After the June 10 riot, Britain sent troops to occupy Boston. The Journal reported:

October 1, 1768:

At about 1 o’clock, all the troops landed under cover of the cannon of the ships of war, and marched into the Common, with muskets charged, bayonets fixed, colours flying, drums beating and fifes, &c. playing, making with the train of artillery upwards of 700 men. [12]

Paul Revere made an engraving of the landing of the troops. In it are the longboats unloading sailors from the British military vessels and the sailors lining up on the Long Wharf to march through town.

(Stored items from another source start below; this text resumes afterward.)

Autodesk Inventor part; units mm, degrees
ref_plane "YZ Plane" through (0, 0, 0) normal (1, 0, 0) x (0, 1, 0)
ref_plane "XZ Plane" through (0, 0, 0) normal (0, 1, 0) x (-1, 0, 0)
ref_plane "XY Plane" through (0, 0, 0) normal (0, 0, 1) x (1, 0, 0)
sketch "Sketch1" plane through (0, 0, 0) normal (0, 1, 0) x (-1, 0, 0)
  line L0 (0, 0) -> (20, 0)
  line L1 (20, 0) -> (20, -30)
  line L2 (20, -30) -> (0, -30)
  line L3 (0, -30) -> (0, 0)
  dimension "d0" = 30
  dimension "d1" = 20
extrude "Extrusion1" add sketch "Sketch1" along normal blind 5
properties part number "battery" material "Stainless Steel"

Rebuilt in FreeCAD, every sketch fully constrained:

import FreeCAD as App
import Part
import Sketcher

V = App.Vector


def add_polygon(sketch, points):
    """Adds a closed chain of lines whose ends are joined by coincident constraints."""
    first, n = sketch.GeometryCount, len(points)
    for a, b in zip(points, points[1:] + points[:1]):
        sketch.addGeometry(Part.LineSegment(App.Vector(*a, 0), App.Vector(*b, 0)), False)
    for i in range(n):
        sketch.addConstraint(Sketcher.Constraint("Coincident", first + i, 2, first + (i + 1) % n, 1))

doc = App.newDocument("Part")
body = doc.addObject("PartDesign::Body", "Body")

sketch1 = body.newObject("Sketcher::SketchObject", "Sketch")
sketch1.AttachmentSupport = (doc.getObject("XZ_Plane"), [""])
sketch1.MapMode = "FlatFace"
add_polygon(sketch1, [(-20, 0), (0, 0), (0, -30), (-20, -30)])
sketch1.addConstraint(Sketcher.Constraint("Horizontal", 0))
sketch1.addConstraint(Sketcher.Constraint("Vertical", 1))
sketch1.addConstraint(Sketcher.Constraint("Horizontal", 2))
sketch1.addConstraint(Sketcher.Constraint("Vertical", 3))
sketch1.addConstraint(Sketcher.Constraint("Coincident", 0, 2, -1, 1))
sketch1.addConstraint(Sketcher.Constraint("DistanceX", 0, 1, 0, 2, 20.0))
sketch1.addConstraint(Sketcher.Constraint("DistanceY", 1, 2, 1, 1, 30.0))
pad1 = body.newObject("PartDesign::Pad", "Pad")
pad1.Profile = sketch1
pad1.Length = 5
pad1.Reversed = True

doc.recompute()
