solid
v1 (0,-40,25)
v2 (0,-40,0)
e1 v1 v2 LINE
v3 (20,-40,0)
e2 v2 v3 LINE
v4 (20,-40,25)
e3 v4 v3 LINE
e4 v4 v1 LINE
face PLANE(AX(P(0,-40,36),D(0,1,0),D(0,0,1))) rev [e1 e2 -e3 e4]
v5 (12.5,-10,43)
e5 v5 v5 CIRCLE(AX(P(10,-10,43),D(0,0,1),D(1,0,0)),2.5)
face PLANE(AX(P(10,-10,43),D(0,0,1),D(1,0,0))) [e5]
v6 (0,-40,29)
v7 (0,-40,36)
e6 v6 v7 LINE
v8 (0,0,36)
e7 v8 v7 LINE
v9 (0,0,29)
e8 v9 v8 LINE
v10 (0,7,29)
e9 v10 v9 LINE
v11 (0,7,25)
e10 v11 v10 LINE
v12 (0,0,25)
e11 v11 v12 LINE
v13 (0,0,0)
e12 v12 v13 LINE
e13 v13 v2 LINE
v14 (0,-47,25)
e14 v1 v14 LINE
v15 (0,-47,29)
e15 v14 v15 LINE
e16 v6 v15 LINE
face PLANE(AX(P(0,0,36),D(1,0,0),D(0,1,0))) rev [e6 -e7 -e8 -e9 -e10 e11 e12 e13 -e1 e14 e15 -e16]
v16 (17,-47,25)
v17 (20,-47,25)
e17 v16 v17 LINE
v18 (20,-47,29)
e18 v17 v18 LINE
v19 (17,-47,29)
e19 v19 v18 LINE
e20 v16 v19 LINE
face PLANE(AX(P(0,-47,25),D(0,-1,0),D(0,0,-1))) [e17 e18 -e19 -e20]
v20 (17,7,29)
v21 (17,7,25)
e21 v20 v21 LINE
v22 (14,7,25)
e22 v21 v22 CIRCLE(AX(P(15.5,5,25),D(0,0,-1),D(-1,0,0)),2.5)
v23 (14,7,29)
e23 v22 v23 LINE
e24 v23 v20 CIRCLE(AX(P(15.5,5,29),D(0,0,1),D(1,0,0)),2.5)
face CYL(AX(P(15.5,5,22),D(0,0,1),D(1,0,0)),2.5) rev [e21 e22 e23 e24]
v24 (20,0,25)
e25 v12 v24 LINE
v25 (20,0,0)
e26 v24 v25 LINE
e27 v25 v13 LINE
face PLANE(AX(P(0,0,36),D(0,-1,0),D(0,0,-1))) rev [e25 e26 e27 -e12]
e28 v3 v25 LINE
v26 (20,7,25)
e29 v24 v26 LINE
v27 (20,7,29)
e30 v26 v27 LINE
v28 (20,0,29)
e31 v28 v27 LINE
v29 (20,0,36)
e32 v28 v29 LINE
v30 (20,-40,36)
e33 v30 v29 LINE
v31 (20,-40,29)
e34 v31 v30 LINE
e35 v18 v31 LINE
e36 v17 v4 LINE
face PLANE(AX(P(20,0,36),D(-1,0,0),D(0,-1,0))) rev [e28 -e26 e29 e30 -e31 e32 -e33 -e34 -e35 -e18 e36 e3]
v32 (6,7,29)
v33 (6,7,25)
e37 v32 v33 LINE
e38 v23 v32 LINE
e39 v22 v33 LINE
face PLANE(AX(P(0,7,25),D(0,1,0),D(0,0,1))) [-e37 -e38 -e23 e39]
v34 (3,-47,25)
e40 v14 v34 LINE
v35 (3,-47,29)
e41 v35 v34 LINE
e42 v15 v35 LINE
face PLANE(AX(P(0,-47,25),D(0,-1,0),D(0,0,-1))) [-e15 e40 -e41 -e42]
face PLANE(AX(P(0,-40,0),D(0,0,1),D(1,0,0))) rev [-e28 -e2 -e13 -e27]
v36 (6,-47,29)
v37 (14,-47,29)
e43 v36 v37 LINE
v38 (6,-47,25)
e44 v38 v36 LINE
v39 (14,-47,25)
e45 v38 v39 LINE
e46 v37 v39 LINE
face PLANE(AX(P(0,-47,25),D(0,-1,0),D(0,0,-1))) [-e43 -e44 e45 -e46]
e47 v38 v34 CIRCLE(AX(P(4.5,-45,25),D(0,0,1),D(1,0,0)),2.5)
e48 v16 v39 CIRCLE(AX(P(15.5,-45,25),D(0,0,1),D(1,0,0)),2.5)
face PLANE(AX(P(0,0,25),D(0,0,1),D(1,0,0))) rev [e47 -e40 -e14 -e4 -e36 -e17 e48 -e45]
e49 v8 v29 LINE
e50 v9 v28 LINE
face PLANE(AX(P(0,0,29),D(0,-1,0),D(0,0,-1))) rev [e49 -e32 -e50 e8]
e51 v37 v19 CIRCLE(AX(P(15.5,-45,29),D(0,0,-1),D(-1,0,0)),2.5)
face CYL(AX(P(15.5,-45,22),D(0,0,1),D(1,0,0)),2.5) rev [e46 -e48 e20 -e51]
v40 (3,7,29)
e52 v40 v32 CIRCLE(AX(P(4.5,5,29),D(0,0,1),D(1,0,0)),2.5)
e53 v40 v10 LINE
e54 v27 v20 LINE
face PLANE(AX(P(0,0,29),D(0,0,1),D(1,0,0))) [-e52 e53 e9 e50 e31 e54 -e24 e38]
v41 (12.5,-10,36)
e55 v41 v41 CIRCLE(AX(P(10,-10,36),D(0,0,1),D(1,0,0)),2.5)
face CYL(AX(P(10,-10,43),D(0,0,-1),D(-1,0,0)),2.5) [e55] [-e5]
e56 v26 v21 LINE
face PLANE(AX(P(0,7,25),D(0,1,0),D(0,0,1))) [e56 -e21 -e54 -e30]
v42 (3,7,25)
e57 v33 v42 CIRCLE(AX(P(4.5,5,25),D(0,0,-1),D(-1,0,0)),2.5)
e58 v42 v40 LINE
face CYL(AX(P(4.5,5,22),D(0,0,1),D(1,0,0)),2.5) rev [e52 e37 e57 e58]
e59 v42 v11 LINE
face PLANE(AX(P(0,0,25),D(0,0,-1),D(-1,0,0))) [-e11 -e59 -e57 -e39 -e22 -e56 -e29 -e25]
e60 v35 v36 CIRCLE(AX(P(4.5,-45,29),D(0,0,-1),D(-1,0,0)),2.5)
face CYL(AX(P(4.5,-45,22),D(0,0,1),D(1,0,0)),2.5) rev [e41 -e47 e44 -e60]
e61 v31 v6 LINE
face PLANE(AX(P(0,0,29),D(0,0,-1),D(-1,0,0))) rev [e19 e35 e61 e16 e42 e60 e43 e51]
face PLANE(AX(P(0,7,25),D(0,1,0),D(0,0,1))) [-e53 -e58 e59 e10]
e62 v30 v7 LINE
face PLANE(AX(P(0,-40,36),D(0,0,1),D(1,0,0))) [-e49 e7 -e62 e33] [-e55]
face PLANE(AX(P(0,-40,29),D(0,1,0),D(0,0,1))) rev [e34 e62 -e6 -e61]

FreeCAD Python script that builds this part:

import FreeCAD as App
import Part
import Sketcher


def add_polygon(sketch, points):
    """Adds a closed chain of lines whose ends are joined by coincident constraints."""
    first, n = sketch.GeometryCount, len(points)
    for a, b in zip(points, points[1:] + points[:1]):
        sketch.addGeometry(Part.LineSegment(App.Vector(*a, 0), App.Vector(*b, 0)), False)
    for i in range(n):
        sketch.addConstraint(Sketcher.Constraint("Coincident", first + i, 2, first + (i + 1) % n, 1))

doc = App.newDocument("Part")
body = doc.addObject("PartDesign::Body", "Body")

sketch1 = body.newObject("Sketcher::SketchObject", "Sketch")
sketch1.AttachmentSupport = (doc.getObject("XY_Plane"), [""])
sketch1.MapMode = "FlatFace"
add_polygon(sketch1, [(0, 0), (0, -40), (20, -40), (20, 0)])
sketch1.addConstraint([
    Sketcher.Constraint("Vertical", 0),
    Sketcher.Constraint("Horizontal", 1),
    Sketcher.Constraint("Vertical", 2),
    Sketcher.Constraint("Horizontal", 3),
    Sketcher.Constraint("Coincident", 3, 2, -1, 1),
    Sketcher.Constraint("DistanceX", 1, 1, 1, 2, 20.0),
    Sketcher.Constraint("DistanceY", 0, 2, 0, 1, 40.0),
])
pad1 = body.newObject("PartDesign::Pad", "Pad")
pad1.Profile = sketch1
pad1.Length = 36

sketch2 = body.newObject("Sketcher::SketchObject", "Sketch001")
sketch2.AttachmentSupport = (doc.getObject("XY_Plane"), [""])
sketch2.MapMode = "FlatFace"
sketch2.AttachmentOffset = App.Placement(App.Vector(0, 0, 36), App.Rotation())
add_polygon(sketch2, [(0, 7), (0, 0), (20, 0), (20, 7)])
add_polygon(sketch2, [(0, -40), (0, -47), (20, -47), (20, -40)])
sketch2.addConstraint([
    Sketcher.Constraint("Vertical", 0),
    Sketcher.Constraint("Horizontal", 1),
    Sketcher.Constraint("Vertical", 2),
    Sketcher.Constraint("Horizontal", 3),
    Sketcher.Constraint("Vertical", 4),
    Sketcher.Constraint("Horizontal", 5),
    Sketcher.Constraint("Vertical", 6),
    Sketcher.Constraint("Horizontal", 7),
    Sketcher.Constraint("Coincident", 0, 2, -1, 1),
    Sketcher.Constraint("PointOnObject", 4, 2, -2),
    Sketcher.Constraint("Vertical", 2, 2, 5, 2),
    Sketcher.Constraint("Equal", 2, 4),
    Sketcher.Constraint("DistanceX", 1, 1, 1, 2, 20.0),
    Sketcher.Constraint("DistanceY", 0, 2, 0, 1, 7.0),
    Sketcher.Constraint("DistanceY", 4, 2, -1, 1, 47.0),
])
pad2 = body.newObject("PartDesign::Pad", "Pad001")
pad2.Profile = sketch2
pad2.Length = 11
pad2.Reversed = True

sketch3 = body.newObject("Sketcher::SketchObject", "Sketch002")
sketch3.AttachmentSupport = (doc.getObject("XY_Plane"), [""])
sketch3.MapMode = "FlatFace"
sketch3.AttachmentOffset = App.Placement(App.Vector(0, 0, 36), App.Rotation())
add_polygon(sketch3, [(0, -40), (0, -47), (20, -47), (20, -40)])
add_polygon(sketch3, [(0, 7), (0, 0), (20, 0), (20, 7)])
sketch3.addConstraint([
    Sketcher.Constraint("Vertical", 0),
    Sketcher.Constraint("Horizontal", 1),
    Sketcher.Constraint("Vertical", 2),
    Sketcher.Constraint("Horizontal", 3),
    Sketcher.Constraint("Vertical", 4),
    Sketcher.Constraint("Horizontal", 5),
    Sketcher.Constraint("Vertical", 6),
    Sketcher.Constraint("Horizontal", 7),
    Sketcher.Constraint("Coincident", 4, 2, -1, 1),
    Sketcher.Constraint("PointOnObject", 0, 2, -2),
    Sketcher.Constraint("Vertical", 2, 2, 5, 2),
    Sketcher.Constraint("Equal", 2, 4),
    Sketcher.Constraint("DistanceX", 1, 1, 1, 2, 20.0),
    Sketcher.Constraint("DistanceY", 0, 2, 0, 1, 7.0),
    Sketcher.Constraint("DistanceY", 0, 2, -1, 1, 47.0),
])
pocket1 = body.newObject("PartDesign::Pocket", "Pocket")
pocket1.Profile = sketch3
pocket1.Length = 7

sketch4 = body.newObject("Sketcher::SketchObject", "Sketch003")
sketch4.AttachmentSupport = (doc.getObject("XY_Plane"), [""])
sketch4.MapMode = "FlatFace"
sketch4.AttachmentOffset = App.Placement(App.Vector(0, 0, 36), App.Rotation())
sketch4.addGeometry(Part.Circle(App.Vector(10, -10, 0), App.Vector(0, 0, 1), 2.5), False)
sketch4.addConstraint([
    Sketcher.Constraint("Diameter", 0, 5.0),
    Sketcher.Constraint("DistanceX", -1, 1, 0, 3, 10.0),
    Sketcher.Constraint("DistanceY", 0, 3, -1, 1, 10.0),
])
pad3 = body.newObject("PartDesign::Pad", "Pad002")
pad3.Profile = sketch4
pad3.Length = 7

sketch5 = body.newObject("Sketcher::SketchObject", "Sketch004")
sketch5.AttachmentSupport = (doc.getObject("XY_Plane"), [""])
sketch5.MapMode = "FlatFace"
sketch5.AttachmentOffset = App.Placement(App.Vector(0, 0, 29), App.Rotation())
sketch5.addGeometry([
    Part.Circle(App.Vector(4.5, -45, 0), App.Vector(0, 0, 1), 2.5),
    Part.Circle(App.Vector(15.5, -45, 0), App.Vector(0, 0, 1), 2.5),
], False)
sketch5.addConstraint([
    Sketcher.Constraint("Equal", 0, 1),
    Sketcher.Constraint("Horizontal", 0, 3, 1, 3),
    Sketcher.Constraint("Diameter", 0, 5.0),
    Sketcher.Constraint("DistanceY", 0, 3, -1, 1, 45.0),
    Sketcher.Constraint("DistanceX", 0, 3, 1, 3, 11.0),
    Sketcher.Constraint("DistanceX", -1, 1, 0, 3, 4.5),
])
pocket2 = body.newObject("PartDesign::Pocket", "Pocket001")
pocket2.Profile = sketch5
pocket2.Length = 7

sketch6 = body.newObject("Sketcher::SketchObject", "Sketch005")
sketch6.AttachmentSupport = (doc.getObject("XY_Plane"), [""])
sketch6.MapMode = "FlatFace"
sketch6.AttachmentOffset = App.Placement(App.Vector(0, 0, 29), App.Rotation())
sketch6.addGeometry([
    Part.Circle(App.Vector(4.5, 5, 0), App.Vector(0, 0, 1), 2.5),
    Part.Circle(App.Vector(15.5, 5, 0), App.Vector(0, 0, 1), 2.5),
], False)
sketch6.addConstraint([
    Sketcher.Constraint("Equal", 0, 1),
    Sketcher.Constraint("Horizontal", 0, 3, 1, 3),
    Sketcher.Constraint("Diameter", 0, 5.0),
    Sketcher.Constraint("DistanceY", -1, 1, 0, 3, 5.0),
    Sketcher.Constraint("DistanceX", 0, 3, 1, 3, 11.0),
    Sketcher.Constraint("DistanceX", -1, 1, 0, 3, 4.5),
])
pocket3 = body.newObject("PartDesign::Pocket", "Pocket002")
pocket3.Profile = sketch6
pocket3.Length = 7

doc.recompute()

The Journal later reported:

26 December 1768.

This morning a vessel from Salem or Marblehead, having a cask of sugar on board, which it was supposed had not been properly cleared out, was seized by one of the custom-house officers, who brought a number of SOLDIERS! to assist and keep possession of said vessel, but upon discovery that the sugar had been reported at the Custom-House, she was soon released. It is very extraordinary that soldiers should be called in upon such occasions: It seems calculated to lead Administration to conceive that the quartering of troops in this town is necessary to enable the customhouse officers to discharge their duty [13]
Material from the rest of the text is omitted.